● **TASK PROMPT**
Below are the records. Retype exactly the lines between the lines holding "#1=APPLICATION_CONTEXT('');" and "#9=(NAMED_UNIT(*)PLANE_ANGLE_UNIT()SI_UNIT($,.RADIAN.));", inclusive.

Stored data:
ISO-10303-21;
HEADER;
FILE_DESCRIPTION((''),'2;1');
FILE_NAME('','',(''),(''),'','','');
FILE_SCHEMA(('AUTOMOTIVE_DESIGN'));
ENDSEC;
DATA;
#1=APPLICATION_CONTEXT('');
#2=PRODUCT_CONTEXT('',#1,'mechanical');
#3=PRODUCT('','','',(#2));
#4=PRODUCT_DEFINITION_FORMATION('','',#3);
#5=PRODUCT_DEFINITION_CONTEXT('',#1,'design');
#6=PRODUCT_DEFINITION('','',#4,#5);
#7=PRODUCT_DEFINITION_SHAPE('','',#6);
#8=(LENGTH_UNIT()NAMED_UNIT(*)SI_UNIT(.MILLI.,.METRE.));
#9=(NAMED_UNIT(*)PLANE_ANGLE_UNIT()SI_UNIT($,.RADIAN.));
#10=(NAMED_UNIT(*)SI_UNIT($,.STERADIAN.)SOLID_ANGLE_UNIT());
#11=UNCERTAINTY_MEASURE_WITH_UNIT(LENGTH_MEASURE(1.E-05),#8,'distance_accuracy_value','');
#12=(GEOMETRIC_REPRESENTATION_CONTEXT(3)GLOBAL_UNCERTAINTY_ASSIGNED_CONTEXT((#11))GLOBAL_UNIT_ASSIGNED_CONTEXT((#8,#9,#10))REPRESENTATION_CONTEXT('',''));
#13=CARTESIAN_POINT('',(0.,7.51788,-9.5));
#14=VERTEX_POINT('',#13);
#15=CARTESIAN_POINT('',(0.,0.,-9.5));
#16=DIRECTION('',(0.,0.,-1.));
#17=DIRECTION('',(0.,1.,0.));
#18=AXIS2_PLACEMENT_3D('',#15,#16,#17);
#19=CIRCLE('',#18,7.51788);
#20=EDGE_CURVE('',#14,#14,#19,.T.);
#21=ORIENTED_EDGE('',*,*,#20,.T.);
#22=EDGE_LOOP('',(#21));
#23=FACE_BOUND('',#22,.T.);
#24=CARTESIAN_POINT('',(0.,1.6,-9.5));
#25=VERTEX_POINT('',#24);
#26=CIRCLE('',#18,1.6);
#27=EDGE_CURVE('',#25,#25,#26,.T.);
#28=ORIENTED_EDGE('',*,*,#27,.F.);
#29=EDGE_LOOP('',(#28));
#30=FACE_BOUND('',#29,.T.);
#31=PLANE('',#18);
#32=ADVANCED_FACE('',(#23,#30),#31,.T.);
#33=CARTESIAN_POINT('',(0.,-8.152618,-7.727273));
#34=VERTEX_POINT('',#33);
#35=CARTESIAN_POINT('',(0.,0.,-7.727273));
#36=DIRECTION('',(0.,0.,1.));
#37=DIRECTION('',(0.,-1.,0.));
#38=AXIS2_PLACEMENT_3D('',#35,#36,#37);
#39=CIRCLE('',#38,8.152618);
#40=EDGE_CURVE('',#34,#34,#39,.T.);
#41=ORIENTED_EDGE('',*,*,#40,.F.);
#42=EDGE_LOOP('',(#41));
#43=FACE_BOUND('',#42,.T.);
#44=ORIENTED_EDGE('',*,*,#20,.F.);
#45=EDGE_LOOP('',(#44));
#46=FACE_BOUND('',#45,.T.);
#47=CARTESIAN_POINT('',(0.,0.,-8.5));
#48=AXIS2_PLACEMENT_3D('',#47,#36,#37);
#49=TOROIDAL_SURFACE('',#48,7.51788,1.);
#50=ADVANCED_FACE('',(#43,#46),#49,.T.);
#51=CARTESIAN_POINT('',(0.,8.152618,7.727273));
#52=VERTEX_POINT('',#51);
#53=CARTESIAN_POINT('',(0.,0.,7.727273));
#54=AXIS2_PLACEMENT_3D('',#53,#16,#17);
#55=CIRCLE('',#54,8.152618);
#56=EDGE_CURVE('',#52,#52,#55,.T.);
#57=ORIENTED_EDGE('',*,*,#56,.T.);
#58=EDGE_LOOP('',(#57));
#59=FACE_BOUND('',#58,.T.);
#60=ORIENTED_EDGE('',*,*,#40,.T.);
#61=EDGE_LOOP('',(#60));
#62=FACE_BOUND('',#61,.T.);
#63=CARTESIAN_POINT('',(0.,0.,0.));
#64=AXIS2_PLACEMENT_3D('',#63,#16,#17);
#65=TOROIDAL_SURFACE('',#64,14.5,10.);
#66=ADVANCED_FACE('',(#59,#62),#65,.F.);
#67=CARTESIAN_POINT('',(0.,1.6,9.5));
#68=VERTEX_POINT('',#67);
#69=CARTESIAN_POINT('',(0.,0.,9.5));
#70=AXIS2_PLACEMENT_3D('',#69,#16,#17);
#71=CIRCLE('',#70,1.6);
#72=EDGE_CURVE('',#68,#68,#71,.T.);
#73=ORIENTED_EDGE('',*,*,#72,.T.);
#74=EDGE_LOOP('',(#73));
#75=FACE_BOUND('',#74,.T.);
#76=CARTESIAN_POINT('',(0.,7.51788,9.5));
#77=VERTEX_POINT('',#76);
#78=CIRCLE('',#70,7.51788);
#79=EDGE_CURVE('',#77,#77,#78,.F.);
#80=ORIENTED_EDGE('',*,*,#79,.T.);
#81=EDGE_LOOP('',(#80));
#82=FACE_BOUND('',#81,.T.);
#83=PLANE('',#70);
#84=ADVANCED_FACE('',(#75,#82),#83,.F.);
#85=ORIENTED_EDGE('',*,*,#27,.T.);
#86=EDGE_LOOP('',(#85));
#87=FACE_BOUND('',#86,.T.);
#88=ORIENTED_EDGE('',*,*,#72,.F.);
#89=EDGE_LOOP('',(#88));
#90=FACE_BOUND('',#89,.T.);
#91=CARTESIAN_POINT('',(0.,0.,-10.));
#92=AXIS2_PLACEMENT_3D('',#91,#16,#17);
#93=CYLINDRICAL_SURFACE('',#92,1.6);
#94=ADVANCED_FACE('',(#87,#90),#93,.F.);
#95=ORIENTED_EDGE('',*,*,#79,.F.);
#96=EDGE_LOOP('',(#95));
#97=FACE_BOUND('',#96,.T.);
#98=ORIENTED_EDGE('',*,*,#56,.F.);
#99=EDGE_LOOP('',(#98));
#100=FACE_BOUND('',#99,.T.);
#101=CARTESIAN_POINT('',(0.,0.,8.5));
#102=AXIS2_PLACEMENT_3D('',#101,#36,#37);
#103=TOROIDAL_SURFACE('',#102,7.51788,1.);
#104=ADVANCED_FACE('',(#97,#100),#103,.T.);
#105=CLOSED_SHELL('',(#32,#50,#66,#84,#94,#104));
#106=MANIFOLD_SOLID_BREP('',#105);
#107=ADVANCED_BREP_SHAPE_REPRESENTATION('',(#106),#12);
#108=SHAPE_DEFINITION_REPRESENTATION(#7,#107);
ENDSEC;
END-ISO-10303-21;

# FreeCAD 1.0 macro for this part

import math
import FreeCAD as App
import Part
import Sketcher
from FreeCAD import Vector
Q = App.Units.Quantity


def edges_at(feature, points):
    """Names of the edges that pass closest to the given points."""
    edges = feature.Shape.Edges
    near = lambda p: min(range(len(edges)), key=lambda i: edges[i].distToShape(Part.Vertex(*p))[0])
    return sorted({f"Edge{near(p) + 1}" for p in points})

doc = App.newDocument("Part")
params = doc.addObject("Spreadsheet::Sheet", "Params")
for row, (alias, value) in enumerate([
    ("sketch1_radius", "10 mm"),
    ("sketch1_height", "19 mm"),
    ("revolution_angle", "360 deg"),
    ("fillet_radius", "1 mm"),
], start=1):
    params.set(f"A{row}", alias)
    params.set(f"B{row}", "=" + value)
    params.setAlias(f"B{row}", alias)

body = doc.addObject("PartDesign::Body", "Body")

# Sketch on YZ plane
sketch1 = body.newObject("Sketcher::SketchObject", "Sketch")
sketch1.AttachmentSupport = (doc.getObject("YZ_Plane"), [""])
sketch1.MapMode = "FlatFace"
sketch1.addGeometry([
    Part.LineSegment(Vector(1.6, -9.5, 0), Vector(11.377501, -9.5, 0)),
    Part.ArcOfCircle(Part.Circle(Vector(14.5, 0, 0), Vector(0, 0, 1), 10), math.radians(108.194872), math.radians(251.805128)),
    Part.LineSegment(Vector(11.377501, 9.5, 0), Vector(1.6, 9.5, 0)),
    Part.LineSegment(Vector(1.6, 9.5, 0), Vector(1.6, -9.5, 0)),
], False)
sketch1.addConstraint([
    Sketcher.Constraint("Coincident", 0, 2, 1, 2),
    Sketcher.Constraint("Coincident", 1, 1, 2, 1),
    Sketcher.Constraint("Coincident", 2, 2, 3, 1),
    Sketcher.Constraint("Coincident", 3, 2, 0, 1),
    Sketcher.Constraint("Horizontal", 0),
    Sketcher.Constraint("Horizontal", 2),
    Sketcher.Constraint("Vertical", 3),
    Sketcher.Constraint("Symmetric", 0, 2, 1, 1, -1),
    Sketcher.Constraint("Radius", 1, Q("10 mm")),
    Sketcher.Constraint("DistanceY", 3, 2, 3, 1, Q("19 mm")),
    Sketcher.Constraint("DistanceX", -1, 1, 1, 3, Q("14.5 mm")),
    Sketcher.Constraint("DistanceX", -1, 1, 2, 2, Q("1.6 mm")),
])
sketch1.setExpression("Constraints[8]", "Params.sketch1_radius")
sketch1.setExpression("Constraints[9]", "Params.sketch1_height")
revolution = body.newObject("PartDesign::Revolution", "Revolution")
revolution.Profile = sketch1
revolution.ReferenceAxis = (sketch1, ["V_Axis"])
revolution.setExpression("Angle", "Params.revolution_angle")
doc.recompute()

fillet = body.newObject("PartDesign::Fillet", "Fillet")
fillet.Base = (revolution, edges_at(revolution, [(0, -11.378, 9.5), (0, -11.378, -9.5)]))
fillet.setExpression("Radius", "Params.fillet_radius")

doc.recompute()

● **SOLUTION FOR THIS TASK**
#1=APPLICATION_CONTEXT('');
#2=PRODUCT_CONTEXT('',#1,'mechanical');
#3=PRODUCT('','','',(#2));
#4=PRODUCT_DEFINITION_FORMATION('','',#3);
#5=PRODUCT_DEFINITION_CONTEXT('',#1,'design');
#6=PRODUCT_DEFINITION('','',#4,#5);
#7=PRODUCT_DEFINITION_SHAPE('','',#6);
#8=(LENGTH_UNIT()NAMED_UNIT(*)SI_UNIT(.MILLI.,.METRE.));
#9=(NAMED_UNIT(*)PLANE_ANGLE_UNIT()SI_UNIT($,.RADIAN.));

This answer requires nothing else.